Search code examples
pythonoptimizationregressionnonlinear-optimizationgekko

Multiple equations minimized in regression IMODE of gekko


I would like to minimize the difference between y measured and y predicted in two different sized datasets, using two equations that share independent variables. I am using gekko as my solver.

I get the Exception error Data arrays must have the same length, and match time discretization in dynamic problems when my two datasets have a different number of rows. However, even when I set the number of rows to be equal, I get the error duplicate variable declarations. Therefore, it leads me to believe that my optimization problem is ill-defined to solve two equations that share independent variables.

Variables: v1, v2

Parameters (ds = dataset):

ds1_p1, ds1_p2 
ds2_p1, ds2_p2, ds2_p3

Equations:

y1 = v1 * ds1_p1 + v2 * ds1_p2
y2 = v1 * v2 * ds2_p1 + v1 * ds2_p2 + v2 * ds2_p3

Minimize:

((y1_pred - y1_meas) / y1_meas)^2 
((y2_pred - y2_meas) / y2_meas)^2

My simplified code for this two-equation example is shown below (my actual code has many more equations, variables, and parameters):

# define GEKKO model
m = GEKKO()
# variables and parameters
variables = {"v1": {"val": 1, "lb": 0, "ub": 2}, "v2": {"val": 3, "lb": 1, "ub": 5}}

# create variable dictionary
v_dic = {
    var_name: m.FV(
        value=var_val["val"],
        lb=var_val["lb"],
        ub=var_val["ub"],
        name=var_name,
    )
    for var_name, var_val in variables.items()
}

# set variables to be available for optimizer
for var in v_dic.values():
    var.STATUS = 1

parameters = {
    "dataset1": {f"p{i}": np.random.random(50) for i in range(1, 3)},
    "dataset2": {f"p{i}": np.random.random(100) for i in range(1, 4)},
}

# create parameters dictionary
p_dic = {
    ds_name: {
        par_name: m.Param(value=par_val, name=par_name)
        for par_name, par_val in ds_val.items()
    }
    for ds_name, ds_val in parameters.items()
}

# v1 = 2, v2 = 4
ym = {
    "dataset1": {"ymeas": 2 * p_dic["dataset1"]["p1"] + 4 * p_dic["dataset1"]["p2"]},
    "dataset2": {"ymeas": 2 * 4 * p_dic["dataset2"]["p1"] + 2 * p_dic["dataset2"]["p2"] + 4 * p_dic["dataset2"]["p3"]},
}

# create y measured dictionary
ym_dic = {
    ds_name: m.Param(value=ds_val["ymeas"], name=f"ymeas_{ds_name}")
    for ds_name, ds_val in ym.items()
}

# create y predicted dictionary
yp_dic = {ds_name: m.Var() for ds_name in ym_dic.keys()}

# define the equation for each dataset
m.Equation(
    yp_dic["dataset1"]
    == v_dic["v1"] * p_dic["dataset1"]["p1"] + v_dic["v2"] * p_dic["dataset1"]["p2"]
)

m.Equation(
yp_dic["dataset2"] == v_dic["v1"] * v_dic["v2"] * p_dic["dataset2"]["p1"] + v_dic["v1"] * p_dic["dataset2"]["p2"] + v_dic["v2"] * p_dic["dataset2"]["p3"]
)

# minimize each equation
for d_s in yp_dic.keys():
    m.Minimize(((yp_dic[d_s] - ym_dic[d_s]) / ym_dic[d_s]) ** 2)

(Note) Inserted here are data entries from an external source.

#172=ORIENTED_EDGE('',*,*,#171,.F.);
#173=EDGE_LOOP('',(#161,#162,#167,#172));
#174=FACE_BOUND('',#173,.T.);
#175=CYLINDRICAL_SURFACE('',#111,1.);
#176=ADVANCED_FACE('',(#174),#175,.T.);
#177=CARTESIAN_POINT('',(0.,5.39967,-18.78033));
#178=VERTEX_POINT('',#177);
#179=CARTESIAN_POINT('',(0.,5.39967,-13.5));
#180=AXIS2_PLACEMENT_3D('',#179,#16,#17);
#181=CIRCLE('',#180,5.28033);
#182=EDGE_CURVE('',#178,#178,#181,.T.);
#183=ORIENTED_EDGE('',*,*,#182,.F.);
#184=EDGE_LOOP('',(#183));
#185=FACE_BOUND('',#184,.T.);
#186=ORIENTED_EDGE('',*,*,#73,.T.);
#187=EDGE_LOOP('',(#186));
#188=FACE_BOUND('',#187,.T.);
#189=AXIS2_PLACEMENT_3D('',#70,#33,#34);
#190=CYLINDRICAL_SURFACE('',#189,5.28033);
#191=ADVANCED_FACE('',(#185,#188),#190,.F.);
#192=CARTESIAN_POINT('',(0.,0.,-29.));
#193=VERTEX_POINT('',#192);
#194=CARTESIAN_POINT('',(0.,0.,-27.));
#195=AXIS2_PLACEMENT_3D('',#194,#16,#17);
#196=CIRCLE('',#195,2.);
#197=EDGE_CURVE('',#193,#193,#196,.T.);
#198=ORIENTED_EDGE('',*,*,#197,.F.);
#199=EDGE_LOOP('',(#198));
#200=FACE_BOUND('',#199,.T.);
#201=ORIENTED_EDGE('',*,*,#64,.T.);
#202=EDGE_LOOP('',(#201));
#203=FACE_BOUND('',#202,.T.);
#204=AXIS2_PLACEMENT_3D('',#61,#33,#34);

m.options.IMODE = 2  # regression mode

m.solve()

# print solution
print("Solution")
for name, var in v_dic.items():
    print(f"{name} == {var.value[0]}")

Solution

  • IMODE=2 is built for problems where the model equations are written once and duplicated for each row of data. Use IMODE=3 and use list comprehensions or loops to build separate equations for each data set.

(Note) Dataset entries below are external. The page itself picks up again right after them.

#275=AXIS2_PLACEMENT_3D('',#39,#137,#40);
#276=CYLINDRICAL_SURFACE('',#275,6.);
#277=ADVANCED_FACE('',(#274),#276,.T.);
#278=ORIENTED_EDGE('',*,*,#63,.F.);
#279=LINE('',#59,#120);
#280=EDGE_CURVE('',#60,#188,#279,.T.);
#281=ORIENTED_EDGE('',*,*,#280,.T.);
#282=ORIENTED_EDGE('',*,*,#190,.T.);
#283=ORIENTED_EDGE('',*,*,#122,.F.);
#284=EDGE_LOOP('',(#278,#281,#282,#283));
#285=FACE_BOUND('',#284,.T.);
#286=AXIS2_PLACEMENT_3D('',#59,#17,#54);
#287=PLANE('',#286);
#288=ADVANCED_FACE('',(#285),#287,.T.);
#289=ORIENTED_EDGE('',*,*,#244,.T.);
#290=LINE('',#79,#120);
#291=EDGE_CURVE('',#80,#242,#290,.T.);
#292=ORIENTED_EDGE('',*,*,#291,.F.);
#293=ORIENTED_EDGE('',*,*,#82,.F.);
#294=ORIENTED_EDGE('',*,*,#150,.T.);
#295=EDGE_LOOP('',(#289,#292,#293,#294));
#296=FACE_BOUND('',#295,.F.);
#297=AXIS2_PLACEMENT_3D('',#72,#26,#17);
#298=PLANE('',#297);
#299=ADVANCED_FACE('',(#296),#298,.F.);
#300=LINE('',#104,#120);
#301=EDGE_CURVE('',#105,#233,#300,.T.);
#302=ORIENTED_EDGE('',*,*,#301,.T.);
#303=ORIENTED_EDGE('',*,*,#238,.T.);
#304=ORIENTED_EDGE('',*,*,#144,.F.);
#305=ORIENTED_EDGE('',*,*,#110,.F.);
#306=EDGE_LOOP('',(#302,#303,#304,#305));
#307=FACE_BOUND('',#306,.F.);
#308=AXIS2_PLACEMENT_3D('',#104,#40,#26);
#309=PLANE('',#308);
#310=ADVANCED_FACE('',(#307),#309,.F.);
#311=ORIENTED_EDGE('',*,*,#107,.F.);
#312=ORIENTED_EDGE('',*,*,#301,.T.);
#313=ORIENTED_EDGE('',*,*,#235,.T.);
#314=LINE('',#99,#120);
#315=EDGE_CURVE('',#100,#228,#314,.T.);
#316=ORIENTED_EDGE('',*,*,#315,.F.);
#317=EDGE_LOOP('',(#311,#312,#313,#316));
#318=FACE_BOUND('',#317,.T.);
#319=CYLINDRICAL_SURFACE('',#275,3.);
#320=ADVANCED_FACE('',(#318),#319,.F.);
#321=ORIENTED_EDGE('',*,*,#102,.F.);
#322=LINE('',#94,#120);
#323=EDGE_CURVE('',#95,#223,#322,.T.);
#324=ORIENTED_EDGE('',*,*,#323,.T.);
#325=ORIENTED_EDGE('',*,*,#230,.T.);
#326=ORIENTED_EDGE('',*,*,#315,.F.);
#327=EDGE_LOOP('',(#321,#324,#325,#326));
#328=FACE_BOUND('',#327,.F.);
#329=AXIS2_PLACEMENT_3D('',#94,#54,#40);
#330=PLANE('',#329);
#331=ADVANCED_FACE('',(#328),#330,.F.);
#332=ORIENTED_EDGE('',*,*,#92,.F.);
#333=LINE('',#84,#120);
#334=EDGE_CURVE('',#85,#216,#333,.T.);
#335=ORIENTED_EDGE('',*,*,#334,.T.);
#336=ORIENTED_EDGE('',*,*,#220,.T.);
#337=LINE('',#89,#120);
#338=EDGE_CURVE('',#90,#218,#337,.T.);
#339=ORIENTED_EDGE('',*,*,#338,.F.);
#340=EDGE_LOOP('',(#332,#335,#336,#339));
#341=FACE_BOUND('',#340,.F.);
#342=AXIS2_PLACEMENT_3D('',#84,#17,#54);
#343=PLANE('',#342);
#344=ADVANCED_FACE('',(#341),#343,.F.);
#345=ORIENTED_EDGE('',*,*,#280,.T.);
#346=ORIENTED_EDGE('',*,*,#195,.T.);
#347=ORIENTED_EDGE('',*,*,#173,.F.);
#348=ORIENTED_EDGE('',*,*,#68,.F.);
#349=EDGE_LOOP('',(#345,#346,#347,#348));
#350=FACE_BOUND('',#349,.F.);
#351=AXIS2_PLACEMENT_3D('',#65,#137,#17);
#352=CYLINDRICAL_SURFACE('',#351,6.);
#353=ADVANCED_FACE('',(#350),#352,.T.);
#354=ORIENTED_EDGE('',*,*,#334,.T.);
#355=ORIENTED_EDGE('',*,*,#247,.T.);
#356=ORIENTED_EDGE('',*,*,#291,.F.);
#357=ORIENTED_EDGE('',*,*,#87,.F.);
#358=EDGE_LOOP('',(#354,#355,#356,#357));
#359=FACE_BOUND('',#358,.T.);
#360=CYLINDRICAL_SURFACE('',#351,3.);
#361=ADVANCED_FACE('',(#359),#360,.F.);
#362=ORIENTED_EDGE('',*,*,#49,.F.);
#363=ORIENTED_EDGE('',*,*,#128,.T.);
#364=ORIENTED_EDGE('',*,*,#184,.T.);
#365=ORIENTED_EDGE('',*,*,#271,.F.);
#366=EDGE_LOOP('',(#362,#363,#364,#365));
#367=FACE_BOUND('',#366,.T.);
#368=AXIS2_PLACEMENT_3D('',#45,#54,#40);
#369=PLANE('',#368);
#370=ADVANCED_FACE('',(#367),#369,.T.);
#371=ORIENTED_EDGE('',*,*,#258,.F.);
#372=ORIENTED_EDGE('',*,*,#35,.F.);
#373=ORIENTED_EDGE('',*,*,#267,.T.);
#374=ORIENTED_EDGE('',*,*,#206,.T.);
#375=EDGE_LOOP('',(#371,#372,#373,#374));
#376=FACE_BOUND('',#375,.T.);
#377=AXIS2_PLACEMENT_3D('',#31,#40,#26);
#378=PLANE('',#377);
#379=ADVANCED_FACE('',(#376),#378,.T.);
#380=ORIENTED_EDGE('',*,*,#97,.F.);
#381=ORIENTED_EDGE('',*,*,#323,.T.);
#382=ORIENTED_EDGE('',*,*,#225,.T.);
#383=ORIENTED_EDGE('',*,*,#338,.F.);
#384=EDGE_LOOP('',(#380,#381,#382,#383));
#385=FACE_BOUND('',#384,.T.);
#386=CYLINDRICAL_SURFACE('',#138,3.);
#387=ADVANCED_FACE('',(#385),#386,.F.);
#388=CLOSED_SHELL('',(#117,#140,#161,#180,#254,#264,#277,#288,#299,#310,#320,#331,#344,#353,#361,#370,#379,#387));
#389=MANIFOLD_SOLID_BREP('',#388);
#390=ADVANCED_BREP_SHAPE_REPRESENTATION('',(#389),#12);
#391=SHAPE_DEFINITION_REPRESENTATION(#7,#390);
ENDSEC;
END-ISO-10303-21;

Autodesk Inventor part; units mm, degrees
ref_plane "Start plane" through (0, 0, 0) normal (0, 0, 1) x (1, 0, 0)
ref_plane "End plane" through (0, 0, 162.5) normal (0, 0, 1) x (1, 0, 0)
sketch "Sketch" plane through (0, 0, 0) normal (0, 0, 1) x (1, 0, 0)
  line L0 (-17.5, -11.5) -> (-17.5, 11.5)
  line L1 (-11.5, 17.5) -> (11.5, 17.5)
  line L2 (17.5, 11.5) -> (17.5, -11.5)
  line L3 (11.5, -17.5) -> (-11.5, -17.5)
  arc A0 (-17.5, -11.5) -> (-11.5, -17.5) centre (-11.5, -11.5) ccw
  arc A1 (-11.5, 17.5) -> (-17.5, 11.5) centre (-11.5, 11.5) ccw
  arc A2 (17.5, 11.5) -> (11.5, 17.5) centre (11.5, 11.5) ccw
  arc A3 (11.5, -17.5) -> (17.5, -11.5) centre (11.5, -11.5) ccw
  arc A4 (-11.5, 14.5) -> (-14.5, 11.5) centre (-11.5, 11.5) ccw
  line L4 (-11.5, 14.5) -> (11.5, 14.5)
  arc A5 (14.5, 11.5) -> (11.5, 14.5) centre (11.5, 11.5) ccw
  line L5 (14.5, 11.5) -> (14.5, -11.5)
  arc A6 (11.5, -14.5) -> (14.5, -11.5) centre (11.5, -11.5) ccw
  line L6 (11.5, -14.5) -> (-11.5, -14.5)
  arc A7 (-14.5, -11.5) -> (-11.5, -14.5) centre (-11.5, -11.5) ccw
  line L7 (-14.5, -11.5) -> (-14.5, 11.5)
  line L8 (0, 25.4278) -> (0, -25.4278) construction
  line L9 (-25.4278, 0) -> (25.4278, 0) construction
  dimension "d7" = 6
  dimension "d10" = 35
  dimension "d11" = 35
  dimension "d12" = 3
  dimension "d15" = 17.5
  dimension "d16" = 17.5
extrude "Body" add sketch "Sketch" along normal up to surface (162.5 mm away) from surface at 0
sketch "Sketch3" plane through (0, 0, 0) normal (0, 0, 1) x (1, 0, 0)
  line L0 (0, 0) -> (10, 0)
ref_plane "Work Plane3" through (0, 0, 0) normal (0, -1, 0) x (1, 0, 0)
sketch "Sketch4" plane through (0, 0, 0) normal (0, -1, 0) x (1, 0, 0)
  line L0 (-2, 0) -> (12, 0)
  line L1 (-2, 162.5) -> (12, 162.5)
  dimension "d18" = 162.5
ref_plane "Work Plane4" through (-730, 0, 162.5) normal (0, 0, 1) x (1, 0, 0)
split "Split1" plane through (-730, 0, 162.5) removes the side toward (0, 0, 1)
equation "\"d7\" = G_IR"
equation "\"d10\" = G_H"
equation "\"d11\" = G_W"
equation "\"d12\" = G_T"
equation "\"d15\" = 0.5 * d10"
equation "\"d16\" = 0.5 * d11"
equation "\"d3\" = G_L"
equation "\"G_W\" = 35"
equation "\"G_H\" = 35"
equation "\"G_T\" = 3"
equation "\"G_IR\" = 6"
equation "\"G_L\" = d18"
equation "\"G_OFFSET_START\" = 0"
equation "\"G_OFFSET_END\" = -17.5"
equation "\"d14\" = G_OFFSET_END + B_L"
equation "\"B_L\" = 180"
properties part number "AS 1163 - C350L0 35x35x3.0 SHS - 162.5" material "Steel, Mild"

    from gekko import GEKKO
    m = GEKKO()
    x = [1,2,3,4,5]
    y = [1,2,3,4,5,6,7]
    a = m.FV(); a.STATUS=1
    z = [2,4,6,8,10,12,14]
    
    [m.Minimize((z[i]-a*x[i])**2) for i in range(len(x))]
    [m.Minimize((z[i]-a*y[i])**2) for i in range(len(y))]
    
    m.options.IMODE=3
    m.solve(disp=False)
    
    print(a.value[0])
    

    The common parameter solution is a=2.0 and there are different data lengths for x and y.